§ **EXERCISE DETAILS**
What is needed here is an exact repetition of the records below, beginning at the line that has "#66=EDGE_LOOP('',(#65));" and stopping after the line that has "#124=FACE_BOUND('',#123,.T.);".

─── INPUT

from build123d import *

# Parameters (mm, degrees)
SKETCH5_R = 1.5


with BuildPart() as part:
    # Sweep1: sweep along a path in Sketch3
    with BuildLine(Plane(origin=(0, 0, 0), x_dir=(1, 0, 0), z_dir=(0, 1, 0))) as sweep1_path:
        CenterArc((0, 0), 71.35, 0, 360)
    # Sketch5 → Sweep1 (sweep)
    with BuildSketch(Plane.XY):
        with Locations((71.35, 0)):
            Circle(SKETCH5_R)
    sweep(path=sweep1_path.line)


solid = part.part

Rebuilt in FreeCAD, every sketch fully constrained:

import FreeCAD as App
import Part
import Sketcher
Q = App.Units.Quantity

doc = App.newDocument("Part")
body = doc.addObject("PartDesign::Body", "Body")

# Sketch on XY plane
sketch1 = doc.addObject("Sketcher::SketchObject", "Sketch")
body.addObject(sketch1)
sketch1.AttachmentSupport = (doc.XY_Plane, [""])
sketch1.MapMode = "FlatFace"
sketch1.addGeometry(Part.Circle(App.Vector(71.3, 0, 0), App.Vector(0, 0, 1), 1.5), False)
sketch1.addConstraint(Sketcher.Constraint("PointOnObject", 0, 3, -1))
sketch1.addConstraint(Sketcher.Constraint("Diameter", 0, Q("3 mm")))
sketch1.addConstraint(Sketcher.Constraint("DistanceX", -1, 1, 0, 3, Q("71.35 mm")))

# Sketch on XZ plane
sketch2 = doc.addObject("Sketcher::SketchObject", "Sketch001")
body.addObject(sketch2)
sketch2.AttachmentSupport = (doc.XZ_Plane, [""])
sketch2.MapMode = "FlatFace"
sketch2.addGeometry(Part.Circle(App.Vector(0, 0, 0), App.Vector(0, 0, 1), 71), False)
sketch2.addConstraint(Sketcher.Constraint("Coincident", 0, 3, -1, 1))
sketch2.addConstraint(Sketcher.Constraint("Diameter", 0, Q("142.7 mm")))
doc.recompute()

additivepipe = doc.addObject("PartDesign::AdditivePipe", "AdditivePipe")
body.addObject(additivepipe)
additivepipe.Profile = sketch1
additivepipe.Spine = (sketch2, ["Edge1"])

doc.recompute()
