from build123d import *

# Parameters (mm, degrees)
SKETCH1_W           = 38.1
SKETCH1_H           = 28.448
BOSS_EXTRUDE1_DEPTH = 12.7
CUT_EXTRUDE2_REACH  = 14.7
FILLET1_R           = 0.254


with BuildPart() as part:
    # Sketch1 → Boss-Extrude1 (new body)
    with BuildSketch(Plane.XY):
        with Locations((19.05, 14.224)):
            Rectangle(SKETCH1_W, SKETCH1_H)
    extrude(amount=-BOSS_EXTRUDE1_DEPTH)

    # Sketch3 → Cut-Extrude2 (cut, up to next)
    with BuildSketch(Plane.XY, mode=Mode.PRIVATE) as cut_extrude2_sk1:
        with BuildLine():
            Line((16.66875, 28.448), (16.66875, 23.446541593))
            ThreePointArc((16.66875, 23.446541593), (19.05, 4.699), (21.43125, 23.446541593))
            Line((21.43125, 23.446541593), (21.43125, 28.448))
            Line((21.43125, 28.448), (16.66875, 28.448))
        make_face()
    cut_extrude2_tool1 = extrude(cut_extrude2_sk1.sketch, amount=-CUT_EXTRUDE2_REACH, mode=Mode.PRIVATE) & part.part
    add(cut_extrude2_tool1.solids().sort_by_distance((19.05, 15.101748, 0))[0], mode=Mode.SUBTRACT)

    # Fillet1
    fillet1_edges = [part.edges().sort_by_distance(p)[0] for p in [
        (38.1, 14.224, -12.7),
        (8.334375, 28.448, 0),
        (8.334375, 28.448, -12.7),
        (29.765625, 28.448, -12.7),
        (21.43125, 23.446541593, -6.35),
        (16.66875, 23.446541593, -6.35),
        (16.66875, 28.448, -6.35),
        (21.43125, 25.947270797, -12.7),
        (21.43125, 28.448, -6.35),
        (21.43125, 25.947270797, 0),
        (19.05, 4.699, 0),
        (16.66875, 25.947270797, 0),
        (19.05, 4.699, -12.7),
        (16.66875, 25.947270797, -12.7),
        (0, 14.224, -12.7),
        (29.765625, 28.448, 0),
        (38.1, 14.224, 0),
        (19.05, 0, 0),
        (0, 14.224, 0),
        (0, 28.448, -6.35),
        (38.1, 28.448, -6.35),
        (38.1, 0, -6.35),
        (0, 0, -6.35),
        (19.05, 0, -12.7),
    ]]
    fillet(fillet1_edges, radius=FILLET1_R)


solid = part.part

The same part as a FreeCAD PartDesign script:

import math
import FreeCAD as App
import Part
import Sketcher
from FreeCAD import Vector
Q = App.Units.Quantity

doc = App.newDocument("Part")
body = doc.addObject("PartDesign::Body", "Body")

sketch1 = doc.addObject("Sketcher::SketchObject", "Sketch")
body.addObject(sketch1)
sketch1.AttachmentSupport = (doc.XY_Plane, [""])
sketch1.MapMode = "FlatFace"
sketch1.addGeometry([
    Part.LineSegment(Vector(0, 28, 0), Vector(0, 0, 0)),
    Part.LineSegment(Vector(0, 0, 0), Vector(38, 0, 0)),
    Part.LineSegment(Vector(38, 0, 0), Vector(38, 28, 0)),
    Part.LineSegment(Vector(38, 28, 0), Vector(0, 28, 0)),
], False)
sketch1.addConstraint([
    Sketcher.Constraint("Coincident", 0, 2, 1, 1),
    Sketcher.Constraint("Coincident", 1, 2, 2, 1),
    Sketcher.Constraint("Coincident", 2, 2, 3, 1),
    Sketcher.Constraint("Coincident", 3, 2, 0, 1),
    Sketcher.Constraint("Vertical", 0),
    Sketcher.Constraint("Horizontal", 1),
    Sketcher.Constraint("Vertical", 2),
    Sketcher.Constraint("Horizontal", 3),
    Sketcher.Constraint("Coincident", 0, 2, -1, 1),
    Sketcher.Constraint("DistanceX", 1, 1, 1, 2, Q("1.5 in")),
    Sketcher.Constraint("DistanceY", 0, 2, 0, 1, Q("1.12 in")),
])
pad1 = doc.addObject("PartDesign::Pad", "Pad")
body.addObject(pad1)
pad1.Profile = sketch1
pad1.Length = Q("0.5 in")
pad1.Reversed = True

sketch2 = doc.addObject("Sketcher::SketchObject", "Sketch001")
body.addObject(sketch2)
sketch2.AttachmentSupport = (doc.XY_Plane, [""])
sketch2.MapMode = "FlatFace"
sketch2.addGeometry([
    Part.LineSegment(Vector(16.7, 28.4, 0), Vector(16.7, 23.4, 0)),
    Part.ArcOfCircle(Part.Circle(Vector(19.1, 14.2, 0), Vector(0, 0, 1), 9.5), math.radians(104), math.radians(436)),
    Part.LineSegment(Vector(21.4, 23.4, 0), Vector(21.4, 28.4, 0)),
    Part.LineSegment(Vector(21.4, 28.4, 0), Vector(16.7, 28.4, 0)),
], False)
sketch2.addConstraint([
    Sketcher.Constraint("Coincident", 0, 2, 1, 1),
    Sketcher.Constraint("Coincident", 1, 2, 2, 1),
    Sketcher.Constraint("Coincident", 2, 2, 3, 1),
    Sketcher.Constraint("Coincident", 3, 2, 0, 1),
    Sketcher.Constraint("Vertical", 0),
    Sketcher.Constraint("Vertical", 2),
    Sketcher.Constraint("Horizontal", 3),
    Sketcher.Constraint("Horizontal", 0, 2, 1, 2),
    Sketcher.Constraint("Radius", 1, Q("0.375 in")),
    Sketcher.Constraint("DistanceX", 3, 2, 3, 1, Q("0.1875 in")),
    Sketcher.Constraint("DistanceX", -1, 1, 1, 3, Q("0.75 in")),
    Sketcher.Constraint("DistanceY", -1, 1, 1, 3, Q("0.56 in")),
    Sketcher.Constraint("DistanceY", -1, 1, 2, 2, Q("1.12 in")),
])
pocket1 = doc.addObject("PartDesign::Pocket", "Pocket")
body.addObject(pocket1)
pocket1.Profile = sketch2
pocket1.Type = "UpToFirst"
doc.recompute()

fillet = doc.addObject("PartDesign::Fillet", "Fillet")
body.addObject(fillet)
fillet.Base = (pocket1, ["Edge1"])
fillet.UseAllEdges = True
fillet.Radius = Q("0.01 in")

doc.recompute()
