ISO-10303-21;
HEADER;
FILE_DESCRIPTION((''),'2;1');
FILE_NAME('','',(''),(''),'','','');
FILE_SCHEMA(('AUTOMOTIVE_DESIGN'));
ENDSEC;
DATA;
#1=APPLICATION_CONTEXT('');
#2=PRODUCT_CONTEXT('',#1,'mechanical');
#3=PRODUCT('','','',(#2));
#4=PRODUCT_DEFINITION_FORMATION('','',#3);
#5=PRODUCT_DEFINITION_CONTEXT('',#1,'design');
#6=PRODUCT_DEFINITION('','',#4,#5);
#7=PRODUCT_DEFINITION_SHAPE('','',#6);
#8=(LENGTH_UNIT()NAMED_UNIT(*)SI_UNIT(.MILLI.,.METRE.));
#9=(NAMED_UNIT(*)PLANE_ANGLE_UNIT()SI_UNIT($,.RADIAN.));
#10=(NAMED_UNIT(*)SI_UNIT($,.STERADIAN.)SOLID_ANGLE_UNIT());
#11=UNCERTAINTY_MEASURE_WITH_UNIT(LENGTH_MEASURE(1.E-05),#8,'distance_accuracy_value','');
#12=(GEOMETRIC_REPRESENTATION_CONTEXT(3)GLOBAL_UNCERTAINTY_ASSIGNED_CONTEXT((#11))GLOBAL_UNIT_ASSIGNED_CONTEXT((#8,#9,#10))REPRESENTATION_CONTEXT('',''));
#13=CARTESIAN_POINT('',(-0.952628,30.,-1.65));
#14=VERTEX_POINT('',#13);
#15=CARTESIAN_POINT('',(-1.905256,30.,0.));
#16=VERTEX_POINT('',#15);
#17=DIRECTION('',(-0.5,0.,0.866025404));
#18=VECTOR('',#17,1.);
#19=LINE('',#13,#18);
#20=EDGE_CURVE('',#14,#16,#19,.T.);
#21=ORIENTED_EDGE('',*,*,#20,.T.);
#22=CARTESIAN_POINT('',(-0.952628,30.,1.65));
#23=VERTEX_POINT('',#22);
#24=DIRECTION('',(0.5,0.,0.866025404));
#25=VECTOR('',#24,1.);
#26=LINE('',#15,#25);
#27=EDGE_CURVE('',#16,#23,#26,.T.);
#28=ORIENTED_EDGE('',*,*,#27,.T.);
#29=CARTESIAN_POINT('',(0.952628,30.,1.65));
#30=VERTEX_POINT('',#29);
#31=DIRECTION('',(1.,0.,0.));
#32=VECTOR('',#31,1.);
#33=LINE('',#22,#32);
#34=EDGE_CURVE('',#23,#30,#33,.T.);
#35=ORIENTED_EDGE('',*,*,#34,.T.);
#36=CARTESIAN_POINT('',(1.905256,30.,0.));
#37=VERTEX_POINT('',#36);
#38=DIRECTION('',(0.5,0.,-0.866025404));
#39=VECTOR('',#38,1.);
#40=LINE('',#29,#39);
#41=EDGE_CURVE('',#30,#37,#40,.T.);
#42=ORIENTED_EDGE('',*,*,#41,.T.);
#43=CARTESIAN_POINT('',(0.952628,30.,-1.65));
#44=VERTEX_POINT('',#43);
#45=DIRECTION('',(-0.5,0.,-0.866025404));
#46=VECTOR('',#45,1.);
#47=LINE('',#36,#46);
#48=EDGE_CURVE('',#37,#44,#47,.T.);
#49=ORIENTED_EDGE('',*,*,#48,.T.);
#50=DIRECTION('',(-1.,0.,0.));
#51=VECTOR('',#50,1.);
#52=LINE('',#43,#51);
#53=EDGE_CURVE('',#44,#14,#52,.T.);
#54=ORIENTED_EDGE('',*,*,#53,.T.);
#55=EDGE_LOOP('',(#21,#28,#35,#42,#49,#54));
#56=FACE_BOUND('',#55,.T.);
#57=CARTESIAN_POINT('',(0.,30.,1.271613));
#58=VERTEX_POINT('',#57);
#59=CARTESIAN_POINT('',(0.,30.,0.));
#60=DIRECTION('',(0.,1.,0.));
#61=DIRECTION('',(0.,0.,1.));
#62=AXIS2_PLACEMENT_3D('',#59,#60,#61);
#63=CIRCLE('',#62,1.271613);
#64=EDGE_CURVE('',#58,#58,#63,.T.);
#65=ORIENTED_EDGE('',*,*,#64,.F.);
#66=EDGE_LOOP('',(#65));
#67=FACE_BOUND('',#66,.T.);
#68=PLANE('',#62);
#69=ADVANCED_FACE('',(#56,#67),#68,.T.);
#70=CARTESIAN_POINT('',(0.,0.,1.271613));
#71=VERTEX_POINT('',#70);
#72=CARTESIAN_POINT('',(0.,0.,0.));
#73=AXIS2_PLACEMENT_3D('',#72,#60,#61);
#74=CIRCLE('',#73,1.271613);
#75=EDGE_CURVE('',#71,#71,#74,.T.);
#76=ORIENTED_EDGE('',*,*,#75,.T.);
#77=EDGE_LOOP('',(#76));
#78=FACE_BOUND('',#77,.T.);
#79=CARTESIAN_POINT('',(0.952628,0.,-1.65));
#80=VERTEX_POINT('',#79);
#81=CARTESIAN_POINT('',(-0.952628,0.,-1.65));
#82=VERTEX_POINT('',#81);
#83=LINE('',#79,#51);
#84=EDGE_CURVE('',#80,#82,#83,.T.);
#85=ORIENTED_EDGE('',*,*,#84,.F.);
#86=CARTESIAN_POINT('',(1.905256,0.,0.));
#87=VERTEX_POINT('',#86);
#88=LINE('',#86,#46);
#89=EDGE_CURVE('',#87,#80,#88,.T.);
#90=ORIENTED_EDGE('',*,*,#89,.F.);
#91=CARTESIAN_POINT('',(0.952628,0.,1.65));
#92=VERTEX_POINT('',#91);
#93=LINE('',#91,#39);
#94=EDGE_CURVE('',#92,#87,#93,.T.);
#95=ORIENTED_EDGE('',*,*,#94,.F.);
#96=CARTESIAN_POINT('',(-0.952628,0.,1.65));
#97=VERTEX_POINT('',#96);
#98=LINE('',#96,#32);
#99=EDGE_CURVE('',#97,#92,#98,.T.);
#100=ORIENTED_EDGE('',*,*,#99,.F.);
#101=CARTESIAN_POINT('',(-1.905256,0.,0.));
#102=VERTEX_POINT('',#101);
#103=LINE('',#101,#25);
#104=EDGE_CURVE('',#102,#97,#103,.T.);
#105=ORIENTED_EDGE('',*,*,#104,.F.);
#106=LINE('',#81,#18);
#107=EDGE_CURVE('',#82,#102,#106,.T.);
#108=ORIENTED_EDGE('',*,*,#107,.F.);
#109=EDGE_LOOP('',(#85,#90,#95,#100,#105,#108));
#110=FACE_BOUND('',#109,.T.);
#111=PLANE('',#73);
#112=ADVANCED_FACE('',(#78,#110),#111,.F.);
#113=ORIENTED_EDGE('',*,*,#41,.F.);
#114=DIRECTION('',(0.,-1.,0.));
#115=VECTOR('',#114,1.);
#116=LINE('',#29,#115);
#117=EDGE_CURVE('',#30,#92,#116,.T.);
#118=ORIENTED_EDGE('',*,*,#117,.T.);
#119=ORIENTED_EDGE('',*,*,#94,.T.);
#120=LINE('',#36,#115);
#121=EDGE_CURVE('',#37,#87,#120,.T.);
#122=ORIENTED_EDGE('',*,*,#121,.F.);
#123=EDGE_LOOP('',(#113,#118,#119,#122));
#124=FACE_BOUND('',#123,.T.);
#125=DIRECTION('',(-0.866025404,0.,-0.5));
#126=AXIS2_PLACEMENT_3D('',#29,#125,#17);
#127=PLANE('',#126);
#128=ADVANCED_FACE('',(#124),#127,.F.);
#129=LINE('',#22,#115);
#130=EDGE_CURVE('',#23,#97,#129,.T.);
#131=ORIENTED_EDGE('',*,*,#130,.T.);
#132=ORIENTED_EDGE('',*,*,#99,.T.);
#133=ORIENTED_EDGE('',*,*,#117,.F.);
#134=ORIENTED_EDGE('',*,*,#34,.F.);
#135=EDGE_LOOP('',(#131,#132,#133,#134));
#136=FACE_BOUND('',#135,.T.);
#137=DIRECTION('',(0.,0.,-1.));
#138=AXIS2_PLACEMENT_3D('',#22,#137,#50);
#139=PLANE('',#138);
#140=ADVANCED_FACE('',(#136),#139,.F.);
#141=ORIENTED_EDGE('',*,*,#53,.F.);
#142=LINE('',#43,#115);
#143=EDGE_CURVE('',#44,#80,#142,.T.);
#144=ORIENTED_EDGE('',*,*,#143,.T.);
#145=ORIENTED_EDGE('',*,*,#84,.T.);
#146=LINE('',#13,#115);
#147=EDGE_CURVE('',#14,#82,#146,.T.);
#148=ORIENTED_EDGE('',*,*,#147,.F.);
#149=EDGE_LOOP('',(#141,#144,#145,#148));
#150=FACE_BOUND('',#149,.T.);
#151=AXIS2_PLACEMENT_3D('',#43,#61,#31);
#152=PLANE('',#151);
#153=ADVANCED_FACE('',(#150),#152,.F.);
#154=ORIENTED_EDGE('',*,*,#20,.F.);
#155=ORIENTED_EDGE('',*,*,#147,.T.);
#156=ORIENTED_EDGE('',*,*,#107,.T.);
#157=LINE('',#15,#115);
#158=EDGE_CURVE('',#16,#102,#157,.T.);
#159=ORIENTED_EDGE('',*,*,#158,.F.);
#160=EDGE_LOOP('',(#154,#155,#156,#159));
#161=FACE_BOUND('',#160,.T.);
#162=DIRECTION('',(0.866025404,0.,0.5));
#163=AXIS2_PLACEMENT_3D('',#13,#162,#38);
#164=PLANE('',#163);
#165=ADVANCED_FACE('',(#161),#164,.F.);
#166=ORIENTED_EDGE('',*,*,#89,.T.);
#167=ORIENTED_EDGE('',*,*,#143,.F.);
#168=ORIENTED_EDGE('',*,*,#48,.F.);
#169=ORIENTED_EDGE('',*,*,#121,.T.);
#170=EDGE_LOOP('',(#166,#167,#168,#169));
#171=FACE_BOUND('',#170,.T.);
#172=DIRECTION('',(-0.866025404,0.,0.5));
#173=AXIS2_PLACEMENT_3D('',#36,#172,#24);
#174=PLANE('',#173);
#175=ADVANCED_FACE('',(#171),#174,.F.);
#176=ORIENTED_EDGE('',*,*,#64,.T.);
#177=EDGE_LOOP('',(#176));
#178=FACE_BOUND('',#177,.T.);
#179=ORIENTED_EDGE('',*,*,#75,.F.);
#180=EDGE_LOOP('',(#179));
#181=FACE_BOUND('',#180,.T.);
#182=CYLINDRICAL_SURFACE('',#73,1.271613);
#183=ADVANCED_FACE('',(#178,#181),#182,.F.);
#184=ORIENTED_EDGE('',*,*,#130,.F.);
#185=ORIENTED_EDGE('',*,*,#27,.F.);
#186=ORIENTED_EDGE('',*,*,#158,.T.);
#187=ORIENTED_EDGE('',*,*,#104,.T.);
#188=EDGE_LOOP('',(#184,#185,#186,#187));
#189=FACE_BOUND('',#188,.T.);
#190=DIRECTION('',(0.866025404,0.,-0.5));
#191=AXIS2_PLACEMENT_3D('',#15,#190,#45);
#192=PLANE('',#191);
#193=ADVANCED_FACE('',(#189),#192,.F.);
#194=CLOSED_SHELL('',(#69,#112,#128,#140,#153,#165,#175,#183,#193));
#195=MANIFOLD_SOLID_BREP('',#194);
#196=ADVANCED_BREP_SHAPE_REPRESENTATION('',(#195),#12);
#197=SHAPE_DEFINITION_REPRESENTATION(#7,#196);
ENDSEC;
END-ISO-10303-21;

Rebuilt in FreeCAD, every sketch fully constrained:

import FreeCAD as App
import Part
import Sketcher
from FreeCAD import Vector
Q = App.Units.Quantity

doc = App.newDocument("Part")
params = doc.addObject("Spreadsheet::Sheet", "Params")
for row, (alias, value) in enumerate([
    ("pad1_length", "30 mm"),
    ("pocket1_length", "30 mm"),
], start=1):
    params.set(f"A{row}", alias)
    params.set(f"B{row}", "=" + value)
    params.setAlias(f"B{row}", alias)

body = doc.addObject("PartDesign::Body", "Body")

sketch1 = doc.addObject("Sketcher::SketchObject", "Sketch")
body.addObject(sketch1)
sketch1.AttachmentSupport = (doc.XZ_Plane, [""])
sketch1.MapMode = "FlatFace"
sketch1.addGeometry([
    Part.LineSegment(Vector(1.9, 0, 0), Vector(1, -1.6, 0)),
    Part.LineSegment(Vector(1, -1.6, 0), Vector(-1, -1.6, 0)),
    Part.LineSegment(Vector(-1, -1.6, 0), Vector(-1.9, 0, 0)),
    Part.LineSegment(Vector(-1.9, 0, 0), Vector(-1, 1.6, 0)),
    Part.LineSegment(Vector(-1, 1.6, 0), Vector(1, 1.6, 0)),
    Part.LineSegment(Vector(1, 1.6, 0), Vector(1.9, 0, 0)),
], False)
sketch1.addConstraint([
    Sketcher.Constraint("Coincident", 0, 2, 1, 1),
    Sketcher.Constraint("Coincident", 1, 2, 2, 1),
    Sketcher.Constraint("Coincident", 2, 2, 3, 1),
    Sketcher.Constraint("Coincident", 3, 2, 4, 1),
    Sketcher.Constraint("Coincident", 4, 2, 5, 1),
    Sketcher.Constraint("Coincident", 5, 2, 0, 1),
    Sketcher.Constraint("Horizontal", 1),
    Sketcher.Constraint("Horizontal", 4),
    Sketcher.Constraint("Symmetric", 0, 2, 3, 2, -1, 1),
    Sketcher.Constraint("Symmetric", 2, 2, 5, 2, -1, 1),
    Sketcher.Constraint("PointOnObject", 2, 2, -1),
    Sketcher.Constraint("Parallel", 2, 5),
    Sketcher.Constraint("Vertical", 1, 2, 3, 2),
    Sketcher.Constraint("Angle", 0, Q("-120 deg")),
    Sketcher.Constraint("DistanceY", 1, 2, 3, 2, 3.3),
    Sketcher.Constraint("DistanceX", 1, 2, 1, 1, 1.905256),
])
pad1 = doc.addObject("PartDesign::Pad", "Pad")
body.addObject(pad1)
pad1.Profile = sketch1
pad1.setExpression("Length", "Params.pad1_length")
pad1.Reversed = True

sketch2 = doc.addObject("Sketcher::SketchObject", "Sketch001")
body.addObject(sketch2)
sketch2.AttachmentSupport = (doc.XZ_Plane, [""])
sketch2.MapMode = "FlatFace"
sketch2.AttachmentOffset = App.Placement(Vector(0, 0, -30), App.Rotation())
sketch2.addGeometry(Part.Circle(Vector(0, 0, 0), Vector(0, 0, 1), 1.3), False)
sketch2.addConstraint([
    Sketcher.Constraint("Coincident", 0, 3, -1, 1),
    Sketcher.Constraint("Diameter", 0, 2.543226),
])
pocket1 = doc.addObject("PartDesign::Pocket", "Pocket")
body.addObject(pocket1)
pocket1.Profile = sketch2
pocket1.setExpression("Length", "Params.pocket1_length")
pocket1.Reversed = True

doc.recompute()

──────

§ **FINISHED EXERCISE**
#66=EDGE_LOOP('',(#65));
#67=FACE_BOUND('',#66,.T.);
#68=PLANE('',#62);
#69=ADVANCED_FACE('',(#56,#67),#68,.T.);
#70=CARTESIAN_POINT('',(0.,0.,1.271613));
#71=VERTEX_POINT('',#70);
#72=CARTESIAN_POINT('',(0.,0.,0.));
#73=AXIS2_PLACEMENT_3D('',#72,#60,#61);
#74=CIRCLE('',#73,1.271613);
#75=EDGE_CURVE('',#71,#71,#74,.T.);
#76=ORIENTED_EDGE('',*,*,#75,.T.);
#77=EDGE_LOOP('',(#76));
#78=FACE_BOUND('',#77,.T.);
#79=CARTESIAN_POINT('',(0.952628,0.,-1.65));
#80=VERTEX_POINT('',#79);
#81=CARTESIAN_POINT('',(-0.952628,0.,-1.65));
#82=VERTEX_POINT('',#81);
#83=LINE('',#79,#51);
#84=EDGE_CURVE('',#80,#82,#83,.T.);
#85=ORIENTED_EDGE('',*,*,#84,.F.);
#86=CARTESIAN_POINT('',(1.905256,0.,0.));
#87=VERTEX_POINT('',#86);
#88=LINE('',#86,#46);
#89=EDGE_CURVE('',#87,#80,#88,.T.);
#90=ORIENTED_EDGE('',*,*,#89,.F.);
#91=CARTESIAN_POINT('',(0.952628,0.,1.65));
#92=VERTEX_POINT('',#91);
#93=LINE('',#91,#39);
#94=EDGE_CURVE('',#92,#87,#93,.T.);
#95=ORIENTED_EDGE('',*,*,#94,.F.);
#96=CARTESIAN_POINT('',(-0.952628,0.,1.65));
#97=VERTEX_POINT('',#96);
#98=LINE('',#96,#32);
#99=EDGE_CURVE('',#97,#92,#98,.T.);
#100=ORIENTED_EDGE('',*,*,#99,.F.);
#101=CARTESIAN_POINT('',(-1.905256,0.,0.));
#102=VERTEX_POINT('',#101);
#103=LINE('',#101,#25);
#104=EDGE_CURVE('',#102,#97,#103,.T.);
#105=ORIENTED_EDGE('',*,*,#104,.F.);
#106=LINE('',#81,#18);
#107=EDGE_CURVE('',#82,#102,#106,.T.);
#108=ORIENTED_EDGE('',*,*,#107,.F.);
#109=EDGE_LOOP('',(#85,#90,#95,#100,#105,#108));
#110=FACE_BOUND('',#109,.T.);
#111=PLANE('',#73);
#112=ADVANCED_FACE('',(#78,#110),#111,.F.);
#113=ORIENTED_EDGE('',*,*,#41,.F.);
#114=DIRECTION('',(0.,-1.,0.));
#115=VECTOR('',#114,1.);
#116=LINE('',#29,#115);
#117=EDGE_CURVE('',#30,#92,#116,.T.);
#118=ORIENTED_EDGE('',*,*,#117,.T.);
#119=ORIENTED_EDGE('',*,*,#94,.T.);
#120=LINE('',#36,#115);
#121=EDGE_CURVE('',#37,#87,#120,.T.);
#122=ORIENTED_EDGE('',*,*,#121,.F.);
#123=EDGE_LOOP('',(#113,#118,#119,#122));
#124=FACE_BOUND('',#123,.T.);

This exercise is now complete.